A Power Efficient 32 nm Ternary Multiplier using Graphene Nanoribbon Field-Effect Transistor Technology

Abstract

As circuit complexity grows, designers are exploring ternary logic as an alternative to binary logic to solve interconnection and energy problems. One effective approach to implementing ternary logic-based circuits is to use a multiple-threshold voltage (multi-V th ) design. In particular, graphene nanoribbon (GNR)-based field-effect transistors (GNRFETs) are a promising alternative to complementary metal-oxide-semiconductor (CMOS) technology for sub-32 nm feature sizes, as GNRs have excellent properties that can overcome scaling issues in CMOS. This paper introduces a ternary multiplier implemented with 32 nm GNRFET technology, which demonstrates high efficiency with only 26 transistors. Simulation results show that the proposed multiplier improves power dissipation and product-delay-power (PDP) by at least 37.30% and 22.22%, respectively, compared to existing multiplier designs when run at 0.9 V. Moreover, our proposed design is implemented with a carbon nanotube-based FET (CNTFET) technology.
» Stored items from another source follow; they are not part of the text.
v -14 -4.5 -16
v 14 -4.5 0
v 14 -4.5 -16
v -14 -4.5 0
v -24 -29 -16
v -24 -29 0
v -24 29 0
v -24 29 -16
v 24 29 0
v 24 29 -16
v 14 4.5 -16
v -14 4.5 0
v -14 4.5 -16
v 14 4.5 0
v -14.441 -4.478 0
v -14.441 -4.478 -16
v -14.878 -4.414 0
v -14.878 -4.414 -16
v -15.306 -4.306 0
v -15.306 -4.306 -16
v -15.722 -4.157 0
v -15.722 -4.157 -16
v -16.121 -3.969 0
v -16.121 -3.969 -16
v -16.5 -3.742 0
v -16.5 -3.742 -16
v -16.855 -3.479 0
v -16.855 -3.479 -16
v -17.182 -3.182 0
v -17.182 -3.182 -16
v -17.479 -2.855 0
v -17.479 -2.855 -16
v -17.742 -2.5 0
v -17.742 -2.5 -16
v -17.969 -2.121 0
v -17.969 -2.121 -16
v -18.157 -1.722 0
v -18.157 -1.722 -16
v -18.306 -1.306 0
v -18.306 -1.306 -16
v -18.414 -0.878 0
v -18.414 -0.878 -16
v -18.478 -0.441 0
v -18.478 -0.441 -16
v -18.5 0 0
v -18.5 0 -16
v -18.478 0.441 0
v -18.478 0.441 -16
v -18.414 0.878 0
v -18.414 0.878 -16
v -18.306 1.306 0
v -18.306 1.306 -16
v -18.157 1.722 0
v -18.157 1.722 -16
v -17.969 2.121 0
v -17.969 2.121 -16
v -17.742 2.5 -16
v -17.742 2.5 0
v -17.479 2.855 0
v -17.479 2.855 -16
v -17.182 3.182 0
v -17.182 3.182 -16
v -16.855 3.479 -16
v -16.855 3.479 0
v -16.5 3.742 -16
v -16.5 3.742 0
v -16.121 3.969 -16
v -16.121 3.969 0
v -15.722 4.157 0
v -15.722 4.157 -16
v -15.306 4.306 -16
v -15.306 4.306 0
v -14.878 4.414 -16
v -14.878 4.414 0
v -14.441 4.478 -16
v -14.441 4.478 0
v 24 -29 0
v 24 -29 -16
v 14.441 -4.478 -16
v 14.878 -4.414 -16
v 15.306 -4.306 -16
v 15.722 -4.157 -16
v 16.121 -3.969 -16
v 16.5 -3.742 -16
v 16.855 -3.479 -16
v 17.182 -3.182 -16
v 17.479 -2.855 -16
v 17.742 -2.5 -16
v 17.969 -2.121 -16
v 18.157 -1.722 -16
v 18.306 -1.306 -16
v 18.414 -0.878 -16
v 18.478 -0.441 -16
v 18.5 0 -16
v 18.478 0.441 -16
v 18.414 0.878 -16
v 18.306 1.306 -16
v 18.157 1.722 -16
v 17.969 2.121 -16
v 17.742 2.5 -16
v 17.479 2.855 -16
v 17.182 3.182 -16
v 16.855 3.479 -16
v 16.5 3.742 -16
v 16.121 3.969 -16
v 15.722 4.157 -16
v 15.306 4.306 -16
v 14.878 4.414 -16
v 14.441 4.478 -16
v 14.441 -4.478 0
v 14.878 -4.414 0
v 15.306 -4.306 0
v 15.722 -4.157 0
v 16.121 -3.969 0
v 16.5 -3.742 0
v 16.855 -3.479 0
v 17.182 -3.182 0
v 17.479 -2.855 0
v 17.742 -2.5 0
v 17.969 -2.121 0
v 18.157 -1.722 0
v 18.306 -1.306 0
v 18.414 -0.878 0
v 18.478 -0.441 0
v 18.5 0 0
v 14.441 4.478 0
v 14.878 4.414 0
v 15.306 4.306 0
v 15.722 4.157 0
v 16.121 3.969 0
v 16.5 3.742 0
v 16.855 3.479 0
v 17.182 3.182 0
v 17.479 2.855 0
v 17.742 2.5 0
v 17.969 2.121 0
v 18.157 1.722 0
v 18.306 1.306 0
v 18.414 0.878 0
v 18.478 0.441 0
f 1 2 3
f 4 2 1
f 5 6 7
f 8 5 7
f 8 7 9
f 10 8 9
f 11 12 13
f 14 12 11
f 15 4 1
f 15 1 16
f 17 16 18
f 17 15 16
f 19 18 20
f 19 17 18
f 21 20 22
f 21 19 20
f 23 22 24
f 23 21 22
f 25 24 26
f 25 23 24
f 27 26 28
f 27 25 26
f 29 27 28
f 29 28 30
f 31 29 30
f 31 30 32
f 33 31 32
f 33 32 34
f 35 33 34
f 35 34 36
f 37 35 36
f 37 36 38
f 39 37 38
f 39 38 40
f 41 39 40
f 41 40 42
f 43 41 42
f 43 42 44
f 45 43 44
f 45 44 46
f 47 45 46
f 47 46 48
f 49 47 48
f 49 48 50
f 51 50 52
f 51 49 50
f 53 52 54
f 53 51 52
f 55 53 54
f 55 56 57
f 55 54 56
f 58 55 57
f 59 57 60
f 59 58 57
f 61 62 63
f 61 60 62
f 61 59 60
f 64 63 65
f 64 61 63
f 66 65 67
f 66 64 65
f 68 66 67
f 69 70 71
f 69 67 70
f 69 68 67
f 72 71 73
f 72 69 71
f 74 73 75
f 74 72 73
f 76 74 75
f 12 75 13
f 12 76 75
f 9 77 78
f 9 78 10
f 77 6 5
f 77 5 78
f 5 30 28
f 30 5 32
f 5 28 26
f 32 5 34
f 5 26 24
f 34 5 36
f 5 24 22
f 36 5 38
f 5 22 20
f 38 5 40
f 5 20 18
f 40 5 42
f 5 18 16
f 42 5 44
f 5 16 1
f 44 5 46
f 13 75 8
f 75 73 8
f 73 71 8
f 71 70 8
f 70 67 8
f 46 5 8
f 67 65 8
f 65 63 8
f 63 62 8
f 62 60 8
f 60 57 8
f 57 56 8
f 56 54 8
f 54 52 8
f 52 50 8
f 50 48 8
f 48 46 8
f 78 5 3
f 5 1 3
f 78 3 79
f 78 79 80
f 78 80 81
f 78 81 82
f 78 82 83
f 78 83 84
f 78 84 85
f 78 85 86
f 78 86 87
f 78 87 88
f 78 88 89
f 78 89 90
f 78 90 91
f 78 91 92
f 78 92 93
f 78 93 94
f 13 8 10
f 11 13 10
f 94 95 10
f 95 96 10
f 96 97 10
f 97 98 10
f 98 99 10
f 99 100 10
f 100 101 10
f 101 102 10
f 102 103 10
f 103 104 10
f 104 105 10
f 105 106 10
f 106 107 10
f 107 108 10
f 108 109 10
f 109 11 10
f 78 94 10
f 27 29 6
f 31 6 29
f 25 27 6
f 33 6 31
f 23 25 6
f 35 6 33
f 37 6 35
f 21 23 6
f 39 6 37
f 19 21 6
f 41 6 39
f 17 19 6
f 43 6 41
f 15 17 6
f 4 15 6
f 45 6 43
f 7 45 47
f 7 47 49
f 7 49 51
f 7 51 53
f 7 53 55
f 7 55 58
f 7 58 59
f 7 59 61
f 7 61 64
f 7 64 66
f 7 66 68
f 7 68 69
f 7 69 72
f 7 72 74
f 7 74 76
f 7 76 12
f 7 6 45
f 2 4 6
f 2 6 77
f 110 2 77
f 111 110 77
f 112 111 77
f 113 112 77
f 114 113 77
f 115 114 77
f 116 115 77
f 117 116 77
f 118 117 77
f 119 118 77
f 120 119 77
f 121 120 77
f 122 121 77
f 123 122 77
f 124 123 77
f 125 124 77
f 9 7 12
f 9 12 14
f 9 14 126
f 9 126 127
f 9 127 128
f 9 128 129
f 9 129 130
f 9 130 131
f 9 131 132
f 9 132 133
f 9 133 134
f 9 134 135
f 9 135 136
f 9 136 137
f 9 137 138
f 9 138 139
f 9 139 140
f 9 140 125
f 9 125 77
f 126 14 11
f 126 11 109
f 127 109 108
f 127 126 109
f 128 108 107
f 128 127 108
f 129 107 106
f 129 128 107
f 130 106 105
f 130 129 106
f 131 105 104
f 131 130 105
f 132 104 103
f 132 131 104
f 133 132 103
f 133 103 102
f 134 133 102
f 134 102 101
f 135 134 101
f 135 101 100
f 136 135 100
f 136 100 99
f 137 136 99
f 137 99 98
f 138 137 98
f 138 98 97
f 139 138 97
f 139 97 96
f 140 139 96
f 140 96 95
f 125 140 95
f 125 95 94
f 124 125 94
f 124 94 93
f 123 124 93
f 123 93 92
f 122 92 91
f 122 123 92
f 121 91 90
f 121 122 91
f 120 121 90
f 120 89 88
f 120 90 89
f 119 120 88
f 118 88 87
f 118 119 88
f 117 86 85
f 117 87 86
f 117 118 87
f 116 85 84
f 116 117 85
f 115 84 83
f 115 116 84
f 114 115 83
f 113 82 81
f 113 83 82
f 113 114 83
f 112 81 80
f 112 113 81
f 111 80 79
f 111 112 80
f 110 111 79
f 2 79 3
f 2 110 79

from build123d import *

# Parameters (mm, degrees)
SKETCH_1_W          = 48
SKETCH_1_H          = 58
EXTRUDE_1_DEPTH     = 16
CUT_EXTRUDE_1_DEPTH = 41.902322672


with BuildPart() as part:
    # 草图1 → 凸台-拉伸1 (new body)
    with BuildSketch(Plane.XY):
        Rectangle(SKETCH_1_W, SKETCH_1_H)
    extrude(amount=-EXTRUDE_1_DEPTH)

    # 草图2 → 切除-拉伸1 (cut, through all)
    with BuildSketch(Plane.XY):
        with BuildLine():
            Line((-14, 4.5), (14, 4.5))
            ThreePointArc((14, 4.5), (18.5, 0), (14, -4.5))
            Line((14, -4.5), (-14, -4.5))
            ThreePointArc((-14, -4.5), (-18.5, 0), (-14, 4.5))
        make_face()
    extrude(amount=-CUT_EXTRUDE_1_DEPTH, mode=Mode.SUBTRACT)


solid = part.part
The GNRFET-based multiplier improved power and PDP by 41.77% and 30%, respectively in the cost of increasing the delay by 25%, compared to its CNTFET-based equivalent. Finally, we analyze the proposed multiplier under the process and environmental parameters variations of GNRFET technology. Overall, our results demonstrate the advantages of using GNRFET technology for implementing ternary logic-based circuits and provide insight into the impact of different design choices on performance.